Sensory evaluation of muffins with 0, 2.5, 5, and 10% of added PDCF

It is important to notice that, interestingly, up to a 5% of PDCF the evaluation of all samples on all the sensory attribute (variables) tend to cluster meaning there is not much difference in liking as evaluated by panelists. However, the 10% PDCF sample is clearly differentiated from the rest since it de-clusters or strongly separates from the others (in regard to colour, flavor, appearance, and aroma). However, with respect to the texture (evaluated by mouthfeel) all sample clusters around the same point indicating that the content of PDCF did not affect the evaluation of texture by panelists.
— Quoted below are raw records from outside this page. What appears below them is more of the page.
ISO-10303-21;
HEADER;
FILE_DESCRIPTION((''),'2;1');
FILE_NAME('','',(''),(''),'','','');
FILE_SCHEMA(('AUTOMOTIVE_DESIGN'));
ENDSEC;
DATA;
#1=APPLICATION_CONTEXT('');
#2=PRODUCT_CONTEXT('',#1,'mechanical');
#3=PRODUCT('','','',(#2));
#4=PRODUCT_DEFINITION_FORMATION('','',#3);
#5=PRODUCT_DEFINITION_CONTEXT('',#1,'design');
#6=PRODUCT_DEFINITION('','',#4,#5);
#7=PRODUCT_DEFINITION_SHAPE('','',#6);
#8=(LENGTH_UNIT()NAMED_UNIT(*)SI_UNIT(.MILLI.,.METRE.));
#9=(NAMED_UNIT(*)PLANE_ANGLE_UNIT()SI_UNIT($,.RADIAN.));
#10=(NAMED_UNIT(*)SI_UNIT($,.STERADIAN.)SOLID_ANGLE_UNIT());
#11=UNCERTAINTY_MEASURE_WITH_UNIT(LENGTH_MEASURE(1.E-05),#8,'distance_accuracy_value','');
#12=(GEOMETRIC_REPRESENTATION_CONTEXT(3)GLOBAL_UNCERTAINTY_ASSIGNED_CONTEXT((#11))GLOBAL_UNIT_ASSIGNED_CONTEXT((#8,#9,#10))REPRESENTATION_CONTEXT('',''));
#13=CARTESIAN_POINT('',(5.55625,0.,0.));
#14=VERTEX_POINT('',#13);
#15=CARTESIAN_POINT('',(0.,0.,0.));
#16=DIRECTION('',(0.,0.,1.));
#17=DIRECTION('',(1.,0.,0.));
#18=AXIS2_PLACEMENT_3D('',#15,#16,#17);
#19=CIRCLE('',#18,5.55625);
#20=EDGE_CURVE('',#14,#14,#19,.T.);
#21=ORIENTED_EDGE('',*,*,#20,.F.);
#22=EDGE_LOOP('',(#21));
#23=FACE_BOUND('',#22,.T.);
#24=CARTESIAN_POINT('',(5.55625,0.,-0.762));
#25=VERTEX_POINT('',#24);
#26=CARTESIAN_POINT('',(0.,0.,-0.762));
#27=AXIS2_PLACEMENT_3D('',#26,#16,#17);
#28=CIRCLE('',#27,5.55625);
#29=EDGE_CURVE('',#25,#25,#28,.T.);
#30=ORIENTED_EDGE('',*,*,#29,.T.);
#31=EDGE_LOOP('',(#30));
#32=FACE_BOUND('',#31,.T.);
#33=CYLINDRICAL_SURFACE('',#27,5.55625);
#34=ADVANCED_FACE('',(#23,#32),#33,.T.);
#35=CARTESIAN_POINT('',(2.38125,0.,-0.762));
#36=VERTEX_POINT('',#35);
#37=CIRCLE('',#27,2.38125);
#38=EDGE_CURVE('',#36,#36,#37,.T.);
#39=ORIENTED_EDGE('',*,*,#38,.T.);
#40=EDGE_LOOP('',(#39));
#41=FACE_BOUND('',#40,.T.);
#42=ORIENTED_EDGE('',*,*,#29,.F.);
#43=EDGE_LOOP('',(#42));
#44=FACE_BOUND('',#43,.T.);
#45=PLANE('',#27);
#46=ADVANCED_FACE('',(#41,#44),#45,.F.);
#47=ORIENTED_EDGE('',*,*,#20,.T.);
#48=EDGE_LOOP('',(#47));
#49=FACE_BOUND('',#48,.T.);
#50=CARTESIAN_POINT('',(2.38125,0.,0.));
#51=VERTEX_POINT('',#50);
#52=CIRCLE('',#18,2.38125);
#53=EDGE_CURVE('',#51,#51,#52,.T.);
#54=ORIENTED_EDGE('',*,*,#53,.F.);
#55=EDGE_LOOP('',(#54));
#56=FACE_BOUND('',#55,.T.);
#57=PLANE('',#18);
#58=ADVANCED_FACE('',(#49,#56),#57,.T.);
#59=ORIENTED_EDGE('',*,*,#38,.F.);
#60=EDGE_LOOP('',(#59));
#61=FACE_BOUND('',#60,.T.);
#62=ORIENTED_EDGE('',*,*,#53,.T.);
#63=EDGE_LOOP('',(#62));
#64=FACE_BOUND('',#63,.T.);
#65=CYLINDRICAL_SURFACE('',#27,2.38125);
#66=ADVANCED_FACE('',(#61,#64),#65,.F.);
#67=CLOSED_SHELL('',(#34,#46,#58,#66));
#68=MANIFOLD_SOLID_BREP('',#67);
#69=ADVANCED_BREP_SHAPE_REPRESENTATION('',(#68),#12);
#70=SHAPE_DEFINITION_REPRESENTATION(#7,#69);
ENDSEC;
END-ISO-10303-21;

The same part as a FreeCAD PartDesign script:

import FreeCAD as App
import Part
import Sketcher

V = App.Vector
Q = App.Units.Quantity

doc = App.newDocument("Part")
body = doc.addObject("PartDesign::Body", "Body")

# Sketch on XY plane
sketch1 = body.newObject("Sketcher::SketchObject", "Sketch")
sketch1.AttachmentSupport = (doc.getObject("XY_Plane"), [""])
sketch1.MapMode = "FlatFace"
sketch1.addGeometry([
    Part.Circle(V(0, 0, 0), V(0, 0, 1), 5.6),
    Part.Circle(V(0, 0, 0), V(0, 0, 1), 2.4),
], False)
sketch1.addConstraint([
    Sketcher.Constraint("Coincident", 0, 3, -1, 1),
    Sketcher.Constraint("Coincident", 1, 3, -1, 1),
    Sketcher.Constraint("Diameter", 0, Q("0.4375 in")),
    Sketcher.Constraint("Diameter", 1, Q("0.1875 in")),
])
pad1 = body.newObject("PartDesign::Pad", "Pad")
pad1.Profile = sketch1
pad1.Length = Q("0.03 in")
pad1.Reversed = True

doc.recompute()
Nutritional and antioxidant properties of muffins

Table 3 shows different nutritional properties evaluated on muffins containing different proportions of PDCF. As the content of PDCF increased muffins had significantly higher content of ash, proteins and total dietary fiber (TDF). The results in Table 3 also showed that the addition of PDCF increased the total phenolic content when compared to the control muffin. Antioxidant properties also changed as a result of adding PDCF. At 5% and above both FRAP and ABTS antioxidant numbers were statistically significant. Our results are consistent with those obtained by other researchers (Coelho and Salas-Mellado 2015; Mesías et al. 2016), who also observed an increase in the nutritional properties and the antioxidant properties of breads, biscuits and cupcakes with the addition of chia’s fibers.

Table 3.

Nutritional and antioxidant properties of muffins with 0, 2.5%, 5% and 10% of PDCF

	Percentage of PDCF (flour base)
	0%	2.5%	5%	10%
Moisture content (%)	23.14 ± 2.01a	22.68 ± 1.64a	23.62 ± 1.29a	23.99 ± 1.23a
Ash (%)	1.65 ± 0.01a	1.65 ± 0.03a	1.74 ± 0.02b	1.83 ± 0.01c
Fat (%)	23.79 ± 0.68a	22.72 ± 0.69a	22.66 ± 1.24a	22.52 ± 0.99ª
Protein (%)	8.37 ± 0.47a	9.36 ± 0.48b	9.38 ± 0.74b	9.70 ± 0.33b
TDF (%)	0.748 ± 0.19a	0.831 ± 0.12a	0.927 ± 0.05b	1.098 ± 0.63b
FOLIN-PT (mg GA/100 g)	31.69 ± 4.16a	38.90 ± 1.95b	41.28 ± 4.09b	56.78 ± 2.15c
ABTS-AOA (mg TE/100 g)	931.56 ± 13.1a	962.85 ± 0.96a	1227.09 ± 9.96b	1475.32 ± 3.04b
FRAP (mg TE/100 g)	11.84 ± 2.95a	21.34 ± 4.78a	49.49 ± 2.05b	79.13 ± 3.06b

TDF total dietary fiber, FOLIN-PT total polyphenols by Folin method, GA gallic acid, AOA antioxidant activity, FRAP ferric reducing antioxidant power, TE trolox equivalent

Samples with different letter within each file represent statistically significant (p < 0.05) differences

Conclusion

The results of this study indicated that a by-product of the chia oil extraction process, the partially-deoiled chia flour, had high protein, high dietary fiber and antioxidant capacity, and could be a good nutritional and functional ingredient to be used in wheat flour baked products. Additionally, utilization of this product in food formulations could add value to the agri-food chain. Although some changes in the quality of the products were observed, a safe usage of 5% of partially-deoiled chia flour could be proposed in muffins without significantly affecting its technological, quality, and sensory properties.

Compliance with ethical standards

Conflict of interest

The authors declare that they have no conflict of interests.